Key rates raised by 25 basis points
The European Central Bank has raised its three key interest rates by 25 basis points. The Governing Council cited inflation pressures from the war in the Middle East and revised up its inflation projections.
War fuels inflation, prompts rate hike
The Governing Council decided to raise the three key ECB interest rates by 25 basis points, citing inflation pressures stemming from the war in the Middle East.
This decision is robust across various scenarios for how the shock might evolve.
New Eurosystem staff projections now forecast headline inflation to average 3.0 percent in 2026, 2.3 percent in 2027, and 2.0 percent in 2028.
Inflation excluding energy and food is projected at 2.5 percent for 2026 and 2027, and 2.2 percent for 2028.
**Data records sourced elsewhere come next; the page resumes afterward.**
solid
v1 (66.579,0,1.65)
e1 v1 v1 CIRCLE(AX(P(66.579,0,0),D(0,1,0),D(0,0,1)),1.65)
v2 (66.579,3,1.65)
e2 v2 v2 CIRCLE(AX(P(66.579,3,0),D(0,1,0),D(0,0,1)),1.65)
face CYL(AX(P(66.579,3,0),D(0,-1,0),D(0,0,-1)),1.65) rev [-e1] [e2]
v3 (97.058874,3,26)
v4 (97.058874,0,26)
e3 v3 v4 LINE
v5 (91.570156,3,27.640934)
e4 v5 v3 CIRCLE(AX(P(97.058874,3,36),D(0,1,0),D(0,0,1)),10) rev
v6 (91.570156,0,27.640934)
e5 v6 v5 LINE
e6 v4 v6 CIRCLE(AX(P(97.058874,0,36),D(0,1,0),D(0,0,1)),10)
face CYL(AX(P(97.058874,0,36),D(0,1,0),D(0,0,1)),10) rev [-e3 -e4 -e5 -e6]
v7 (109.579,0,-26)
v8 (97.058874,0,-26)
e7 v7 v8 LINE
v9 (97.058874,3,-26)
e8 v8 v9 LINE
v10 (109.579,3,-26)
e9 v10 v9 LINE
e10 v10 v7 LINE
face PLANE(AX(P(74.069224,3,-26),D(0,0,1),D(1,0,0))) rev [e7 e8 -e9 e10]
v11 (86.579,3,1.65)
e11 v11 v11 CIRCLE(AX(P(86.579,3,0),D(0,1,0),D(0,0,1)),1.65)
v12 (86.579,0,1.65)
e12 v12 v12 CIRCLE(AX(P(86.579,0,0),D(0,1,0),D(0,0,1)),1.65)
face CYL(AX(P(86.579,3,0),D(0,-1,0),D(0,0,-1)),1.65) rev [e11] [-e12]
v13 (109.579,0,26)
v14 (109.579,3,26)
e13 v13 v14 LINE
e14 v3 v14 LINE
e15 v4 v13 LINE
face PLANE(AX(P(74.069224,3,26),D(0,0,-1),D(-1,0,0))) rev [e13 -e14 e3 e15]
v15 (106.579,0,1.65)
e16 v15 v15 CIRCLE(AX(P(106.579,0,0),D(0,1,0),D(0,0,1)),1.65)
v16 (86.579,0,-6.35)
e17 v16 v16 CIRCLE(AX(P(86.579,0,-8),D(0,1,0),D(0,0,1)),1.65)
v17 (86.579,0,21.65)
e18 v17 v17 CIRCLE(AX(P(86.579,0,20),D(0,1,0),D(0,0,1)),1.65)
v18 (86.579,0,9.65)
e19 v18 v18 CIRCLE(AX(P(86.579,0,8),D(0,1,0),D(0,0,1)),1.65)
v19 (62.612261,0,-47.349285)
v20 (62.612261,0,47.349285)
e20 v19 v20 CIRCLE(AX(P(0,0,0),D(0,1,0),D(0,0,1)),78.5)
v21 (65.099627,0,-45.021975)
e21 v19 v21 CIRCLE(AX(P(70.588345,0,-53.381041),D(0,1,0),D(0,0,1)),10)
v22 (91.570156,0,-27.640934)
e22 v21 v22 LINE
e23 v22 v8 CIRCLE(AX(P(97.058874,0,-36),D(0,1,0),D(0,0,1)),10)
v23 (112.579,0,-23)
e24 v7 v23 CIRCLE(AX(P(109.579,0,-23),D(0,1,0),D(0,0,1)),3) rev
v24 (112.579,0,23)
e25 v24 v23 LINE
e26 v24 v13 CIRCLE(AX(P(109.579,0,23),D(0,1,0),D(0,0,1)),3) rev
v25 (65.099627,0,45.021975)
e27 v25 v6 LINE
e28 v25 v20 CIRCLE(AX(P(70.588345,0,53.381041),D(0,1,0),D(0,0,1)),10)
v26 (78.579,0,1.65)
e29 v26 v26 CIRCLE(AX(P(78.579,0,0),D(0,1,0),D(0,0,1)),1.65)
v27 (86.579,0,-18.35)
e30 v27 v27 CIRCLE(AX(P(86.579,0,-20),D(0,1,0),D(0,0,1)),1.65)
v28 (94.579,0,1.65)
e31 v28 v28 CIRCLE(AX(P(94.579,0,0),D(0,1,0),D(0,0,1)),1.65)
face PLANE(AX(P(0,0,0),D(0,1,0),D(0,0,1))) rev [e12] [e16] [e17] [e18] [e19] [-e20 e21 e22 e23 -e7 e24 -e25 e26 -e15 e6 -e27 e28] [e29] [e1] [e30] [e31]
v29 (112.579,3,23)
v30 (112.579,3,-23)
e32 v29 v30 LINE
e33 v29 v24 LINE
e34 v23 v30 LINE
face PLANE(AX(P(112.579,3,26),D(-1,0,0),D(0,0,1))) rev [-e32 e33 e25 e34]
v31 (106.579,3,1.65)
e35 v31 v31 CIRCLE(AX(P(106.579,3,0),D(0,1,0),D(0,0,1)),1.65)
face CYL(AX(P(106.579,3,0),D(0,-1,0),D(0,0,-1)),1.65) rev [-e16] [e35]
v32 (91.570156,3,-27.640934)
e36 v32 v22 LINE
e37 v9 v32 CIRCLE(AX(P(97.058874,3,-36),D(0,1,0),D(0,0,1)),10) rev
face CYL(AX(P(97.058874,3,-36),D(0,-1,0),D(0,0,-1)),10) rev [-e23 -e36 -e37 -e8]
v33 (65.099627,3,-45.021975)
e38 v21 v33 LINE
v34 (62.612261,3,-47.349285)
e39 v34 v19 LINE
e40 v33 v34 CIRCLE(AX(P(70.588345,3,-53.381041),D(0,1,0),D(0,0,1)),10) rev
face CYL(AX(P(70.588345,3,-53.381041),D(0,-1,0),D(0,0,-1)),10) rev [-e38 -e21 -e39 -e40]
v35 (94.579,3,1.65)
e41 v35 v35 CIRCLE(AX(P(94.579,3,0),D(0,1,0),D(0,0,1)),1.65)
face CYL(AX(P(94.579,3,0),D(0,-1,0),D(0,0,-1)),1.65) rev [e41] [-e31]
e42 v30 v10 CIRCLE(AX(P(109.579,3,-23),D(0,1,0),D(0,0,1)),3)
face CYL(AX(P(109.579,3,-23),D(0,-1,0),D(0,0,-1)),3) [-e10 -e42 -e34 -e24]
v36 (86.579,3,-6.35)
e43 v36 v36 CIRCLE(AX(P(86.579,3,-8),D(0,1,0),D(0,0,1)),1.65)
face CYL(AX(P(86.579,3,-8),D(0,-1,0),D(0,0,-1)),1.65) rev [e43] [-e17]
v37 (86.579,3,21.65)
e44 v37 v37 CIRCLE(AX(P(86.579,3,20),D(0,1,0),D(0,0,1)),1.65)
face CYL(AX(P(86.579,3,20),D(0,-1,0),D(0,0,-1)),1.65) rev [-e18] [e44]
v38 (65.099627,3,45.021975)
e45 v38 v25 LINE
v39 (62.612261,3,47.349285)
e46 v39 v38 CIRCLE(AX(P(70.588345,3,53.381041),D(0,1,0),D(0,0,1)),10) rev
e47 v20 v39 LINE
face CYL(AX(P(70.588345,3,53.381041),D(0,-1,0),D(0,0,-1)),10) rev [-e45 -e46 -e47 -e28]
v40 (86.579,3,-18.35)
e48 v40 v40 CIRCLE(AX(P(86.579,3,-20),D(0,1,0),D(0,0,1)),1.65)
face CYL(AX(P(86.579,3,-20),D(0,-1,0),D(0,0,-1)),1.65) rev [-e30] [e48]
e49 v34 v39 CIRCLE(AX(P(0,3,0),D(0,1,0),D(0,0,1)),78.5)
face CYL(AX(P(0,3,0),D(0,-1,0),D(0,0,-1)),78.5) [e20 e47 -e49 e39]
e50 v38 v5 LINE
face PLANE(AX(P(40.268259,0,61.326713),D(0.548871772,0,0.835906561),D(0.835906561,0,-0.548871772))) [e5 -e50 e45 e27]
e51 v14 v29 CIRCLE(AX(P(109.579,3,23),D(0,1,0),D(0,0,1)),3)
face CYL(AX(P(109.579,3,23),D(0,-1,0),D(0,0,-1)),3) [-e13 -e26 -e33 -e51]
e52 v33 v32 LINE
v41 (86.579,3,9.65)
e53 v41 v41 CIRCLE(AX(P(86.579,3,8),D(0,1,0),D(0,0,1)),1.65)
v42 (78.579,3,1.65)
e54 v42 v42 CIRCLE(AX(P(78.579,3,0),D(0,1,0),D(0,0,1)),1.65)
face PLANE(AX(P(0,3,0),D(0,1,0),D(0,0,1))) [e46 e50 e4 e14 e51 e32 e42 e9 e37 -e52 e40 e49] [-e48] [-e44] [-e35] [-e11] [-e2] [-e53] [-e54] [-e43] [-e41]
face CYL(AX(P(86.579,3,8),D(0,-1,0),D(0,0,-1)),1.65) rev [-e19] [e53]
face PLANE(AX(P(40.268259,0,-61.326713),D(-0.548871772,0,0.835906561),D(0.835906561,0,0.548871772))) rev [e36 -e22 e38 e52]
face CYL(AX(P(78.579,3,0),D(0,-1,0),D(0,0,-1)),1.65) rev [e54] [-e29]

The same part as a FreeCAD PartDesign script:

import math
import FreeCAD as App
import Part
import Sketcher

V = App.Vector
Q = App.Units.Quantity


def edges_at(feature, points):
    """Names of the edges that pass closest to the given points."""
    edges = feature.Shape.Edges
    near = lambda p: min(range(len(edges)), key=lambda i: edges[i].distToShape(Part.Vertex(*p))[0])
    return sorted({f"Edge{near(p) + 1}" for p in points})

doc = App.newDocument("Part")
body = doc.addObject("PartDesign::Body", "Body")

sketch1 = doc.addObject("Sketcher::SketchObject", "Sketch")
body.addObject(sketch1)
sketch1.AttachmentSupport = (doc.XZ_Plane, [""])
sketch1.MapMode = "FlatFace"
sketch1.addGeometry([
    Part.LineSegment(V(74.1, 26, 0), V(112.6, 26, 0)),
    Part.LineSegment(V(112.6, 26, 0), V(112.6, -26, 0)),
    Part.LineSegment(V(112.6, -26, 0), V(74.1, -26, 0)),
    Part.ArcOfCircle(Part.Circle(V(0, 0, 0), V(0, 0, 1), 78.5), math.radians(19), math.radians(341)),
    Part.Circle(V(86.6, 20, 0), V(0, 0, 1), 1.6),
    Part.Circle(V(86.6, 8, 0), V(0, 0, 1), 1.6),
    Part.Circle(V(66.6, 0, 0), V(0, 0, 1), 1.6),
    Part.Circle(V(78.6, 0, 0), V(0, 0, 1), 1.6),
    Part.Circle(V(86.6, 0, 0), V(0, 0, 1), 1.6),
    Part.Circle(V(86.6, -8, 0), V(0, 0, 1), 1.6),
    Part.Circle(V(86.6, -20, 0), V(0, 0, 1), 1.6),
    Part.Circle(V(94.6, 0, 0), V(0, 0, 1), 1.6),
    Part.Circle(V(106.6, 0, 0), V(0, 0, 1), 1.6),
], False)
sketch1.addConstraint([
    Sketcher.Constraint("Coincident", 0, 2, 1, 1),
    Sketcher.Constraint("Coincident", 1, 2, 2, 1),
    Sketcher.Constraint("Coincident", 2, 2, 3, 2),
    Sketcher.Constraint("Coincident", 3, 1, 0, 1),
    Sketcher.Constraint("Horizontal", 0),
    Sketcher.Constraint("Vertical", 1),
    Sketcher.Constraint("Horizontal", 2),
    Sketcher.Constraint("Coincident", 3, 3, -1, 1),
    Sketcher.Constraint("Equal", 4, 5),
    Sketcher.Constraint("Equal", 5, 6),
    Sketcher.Constraint("Equal", 6, 7),
    Sketcher.Constraint("Equal", 7, 8),
    Sketcher.Constraint("Equal", 8, 9),
    Sketcher.Constraint("Equal", 9, 10),
    Sketcher.Constraint("Equal", 10, 11),
    Sketcher.Constraint("Equal", 11, 12),
    Sketcher.Constraint("Symmetric", 5, 3, 9, 3, -1),
    Sketcher.Constraint("Symmetric", 4, 3, 10, 3, -1),
    Sketcher.Constraint("PointOnObject", 6, 3, -1),
    Sketcher.Constraint("PointOnObject", 7, 3, -1),
    Sketcher.Constraint("PointOnObject", 8, 3, -1),
    Sketcher.Constraint("PointOnObject", 11, 3, -1),
    Sketcher.Constraint("PointOnObject", 12, 3, -1),
    Sketcher.Constraint("Vertical", 4, 3, 5, 3),
    Sketcher.Constraint("Vertical", 5, 3, 8, 3),
    Sketcher.Constraint("Vertical", 2, 2, 3, 1),
    Sketcher.Constraint("Diameter", 4, Q("3.3 mm")),
    Sketcher.Constraint("Radius", 3, Q("78.5 mm")),
    Sketcher.Constraint("DistanceY", 1, 2, 1, 1, Q("52 mm")),
    Sketcher.Constraint("DistanceY", -1, 1, 4, 3, Q("20 mm")),
    Sketcher.Constraint("DistanceY", -1, 1, 5, 3, Q("8 mm")),
    Sketcher.Constraint("DistanceX", 6, 3, 5, 3, Q("20 mm")),
    Sketcher.Constraint("DistanceX", 7, 3, 5, 3, Q("8 mm")),
    Sketcher.Constraint("DistanceX", 8, 3, 11, 3, Q("8 mm")),
    Sketcher.Constraint("DistanceX", 11, 3, 12, 3, Q("12 mm")),
    Sketcher.Constraint("DistanceX", 4, 3, 0, 2, Q("26 mm")),
    Sketcher.Constraint("DistanceX", -1, 1, 4, 3, Q("86.579 mm")),
])
pad1 = doc.addObject("PartDesign::Pad", "Pad")
body.addObject(pad1)
pad1.Profile = sketch1
pad1.Length = 3
pad1.Reversed = True

sketch2 = doc.addObject("Sketcher::SketchObject", "Sketch001")
body.addObject(sketch2)
sketch2.AttachmentSupport = (doc.XZ_Plane, [""])
sketch2.MapMode = "FlatFace"
sketch2.addGeometry([
    Part.ArcOfCircle(Part.Circle(V(0, 0, 0), V(0, 0, 1), 78), math.radians(19.34), math.radians(35.87)),
    Part.LineSegment(V(64, 46, 0), V(94, 26, 0)),
    Part.LineSegment(V(94, 26, 0), V(74, 26, 0)),
    Part.LineSegment(V(74, -26, 0), V(94, -26, 0)),
    Part.LineSegment(V(94, -26, 0), V(64, -46, 0)),
    Part.ArcOfCircle(Part.Circle(V(0, 0, 0), V(0, 0, 1), 78), math.radians(-35.87), math.radians(-19.34)),
], False)
sketch2.addConstraint([
    Sketcher.Constraint("Coincident", 0, 2, 1, 1),
    Sketcher.Constraint("Coincident", 1, 2, 2, 1),
    Sketcher.Constraint("Coincident", 2, 2, 0, 1),
    Sketcher.Constraint("Coincident", 3, 2, 4, 1),
    Sketcher.Constraint("Coincident", 4, 2, 5, 1),
    Sketcher.Constraint("Coincident", 5, 2, 3, 1),
    Sketcher.Constraint("Horizontal", 2),
    Sketcher.Constraint("Horizontal", 3),
    Sketcher.Constraint("Coincident", 0, 3, -1, 1),
    Sketcher.Constraint("Coincident", 5, 3, -1, 1),
    Sketcher.Constraint("Equal", 0, 5),
    Sketcher.Constraint("Symmetric", 1, 2, 3, 2, -1),
    Sketcher.Constraint("Vertical", 0, 2, 4, 2),
    Sketcher.Constraint("Radius", 0, Q("78.5 mm")),
    Sketcher.Constraint("DistanceX", 2, 2, 2, 1, Q("20 mm")),
    Sketcher.Constraint("DistanceY", -1, 1, 0, 2, Q("46 mm")),
    Sketcher.Constraint("DistanceY", -1, 1, 1, 2, Q("26 mm")),
])
pad2 = doc.addObject("PartDesign::Pad", "Pad001")
body.addObject(pad2)
pad2.Profile = sketch2
pad2.Length = 3
pad2.Reversed = True
doc.recompute()

fillet = doc.addObject("PartDesign::Fillet", "Fillet")
body.addObject(fillet)
fillet.Base = (pad2, edges_at(pad2, [
    (63.61, 1.5, 46),
    (94.069, 1.5, 26),
    (63.61, 1.5, -46),
    (94.069, 1.5, -26),
]))
fillet.Radius = 10
doc.recompute()

fillet2 = doc.addObject("PartDesign::Fillet", "Fillet001")
body.addObject(fillet2)
fillet2.Base = (fillet, edges_at(fillet, [(112.579, 1.5, -26), (112.579, 1.5, 26)]))
fillet2.Radius = 3

doc.recompute()
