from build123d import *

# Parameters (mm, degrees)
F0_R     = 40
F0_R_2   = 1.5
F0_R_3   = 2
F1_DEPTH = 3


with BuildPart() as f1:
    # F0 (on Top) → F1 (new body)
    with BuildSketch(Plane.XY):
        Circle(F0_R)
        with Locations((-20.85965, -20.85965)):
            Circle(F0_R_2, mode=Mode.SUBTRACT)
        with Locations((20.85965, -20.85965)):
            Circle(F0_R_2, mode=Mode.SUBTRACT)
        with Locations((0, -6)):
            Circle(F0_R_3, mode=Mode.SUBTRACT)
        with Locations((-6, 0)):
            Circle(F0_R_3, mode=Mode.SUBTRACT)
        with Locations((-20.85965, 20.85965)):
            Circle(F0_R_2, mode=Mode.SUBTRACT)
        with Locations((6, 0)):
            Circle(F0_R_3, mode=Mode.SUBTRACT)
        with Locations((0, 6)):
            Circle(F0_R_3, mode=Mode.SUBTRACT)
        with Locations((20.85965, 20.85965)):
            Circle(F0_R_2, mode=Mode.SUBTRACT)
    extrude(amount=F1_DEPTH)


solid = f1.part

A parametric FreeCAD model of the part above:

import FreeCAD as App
import Part
import Sketcher
from FreeCAD import Vector

doc = App.newDocument("Part")
body = doc.addObject("PartDesign::Body", "Body")

sketch1 = body.newObject("Sketcher::SketchObject", "Sketch")
sketch1.AttachmentSupport = (doc.getObject("XY_Plane"), [""])
sketch1.MapMode = "FlatFace"
sketch1.addGeometry(Part.Circle(Vector(0, 0, 0), Vector(0, 0, 1), 40), False)
sketch1.addGeometry(Part.Circle(Vector(-20.9, -20.9, 0), Vector(0, 0, 1), 1.5), False)
sketch1.addGeometry(Part.Circle(Vector(20.9, -20.9, 0), Vector(0, 0, 1), 1.5), False)
sketch1.addGeometry(Part.Circle(Vector(0, -6, 0), Vector(0, 0, 1), 2), False)
sketch1.addGeometry(Part.Circle(Vector(-6, 0, 0), Vector(0, 0, 1), 2), False)
sketch1.addGeometry(Part.Circle(Vector(-20.9, 20.9, 0), Vector(0, 0, 1), 1.5), False)
sketch1.addGeometry(Part.Circle(Vector(6, 0, 0), Vector(0, 0, 1), 2), False)
sketch1.addGeometry(Part.Circle(Vector(0, 6, 0), Vector(0, 0, 1), 2), False)
sketch1.addGeometry(Part.Circle(Vector(20.9, 20.9, 0), Vector(0, 0, 1), 1.5), False)
sketch1.addConstraint(Sketcher.Constraint("Coincident", 0, 3, -1, 1))
sketch1.addConstraint(Sketcher.Constraint("Equal", 1, 2))
sketch1.addConstraint(Sketcher.Constraint("Equal", 3, 4))
sketch1.addConstraint(Sketcher.Constraint("Equal", 2, 5))
sketch1.addConstraint(Sketcher.Constraint("Equal", 4, 6))
sketch1.addConstraint(Sketcher.Constraint("Equal", 6, 7))
sketch1.addConstraint(Sketcher.Constraint("Equal", 5, 8))
sketch1.addConstraint(Sketcher.Constraint("Symmetric", 2, 3, 5, 3, -1, 1))
sketch1.addConstraint(Sketcher.Constraint("Symmetric", 4, 3, 6, 3, -1, 1))
sketch1.addConstraint(Sketcher.Constraint("Symmetric", 3, 3, 7, 3, -1, 1))
sketch1.addConstraint(Sketcher.Constraint("Symmetric", 1, 3, 8, 3, -1, 1))
sketch1.addConstraint(Sketcher.Constraint("Symmetric", 1, 3, 2, 3, -2))
sketch1.addConstraint(Sketcher.Constraint("PointOnObject", 3, 3, -2))
sketch1.addConstraint(Sketcher.Constraint("PointOnObject", 4, 3, -1))
sketch1.addConstraint(Sketcher.Constraint("Diameter", 0, 80.0))
sketch1.addConstraint(Sketcher.Constraint("Diameter", 1, 3.0))
sketch1.addConstraint(Sketcher.Constraint("Diameter", 3, 4.0))
sketch1.addConstraint(Sketcher.Constraint("DistanceY", 3, 3, -1, 1, 6.0))
sketch1.addConstraint(Sketcher.Constraint("DistanceX", 4, 3, -1, 1, 6.0))
sketch1.addConstraint(Sketcher.Constraint("DistanceX", 1, 3, 2, 3, 41.7193))
sketch1.addConstraint(Sketcher.Constraint("DistanceY", 1, 3, 5, 3, 41.7193))
pad1 = body.newObject("PartDesign::Pad", "Pad")
pad1.Profile = sketch1
pad1.Length = 3

doc.recompute()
These inflation forecasts for 2026 and 2027 are revised upwards from March, primarily due to a higher path for energy prices.
Economic growth projections have been revised downwards for 2026 and 2027, now standing at 0.8 percent and 1.2 percent respectively, reflecting the war's impact on commodity markets, real incomes, and confidence.
Uncertain outlook, data-dependent path
The outlook remains highly uncertain, with upside risks for inflation and downside risks for economic growth.
The full implications of the war for medium-term inflation and growth depend on the intensity and duration of the energy price shock and its indirect effects.
The Governing Council will closely monitor the situation, following a data-dependent and meeting-by-meeting approach to monetary policy.
Decisions will be based on the inflation outlook, incoming economic and financial data, underlying inflation dynamics, and the strength of monetary policy transmission.
The ECB is not pre-committing to a particular rate path.
Navigating a complex geopolitical landscape
This rate hike reflects the ECB's difficult balancing act between persistent inflation and a fragile growth outlook, heavily influenced by geopolitical tensions.
The decision underscores a clear prioritization of price stability, even as economic activity faces significant headwinds from the ongoing war in the Middle East.
While the data-dependent approach offers necessary flexibility, it provides limited forward guidance, leaving markets to interpret each incoming data point with heightened scrutiny.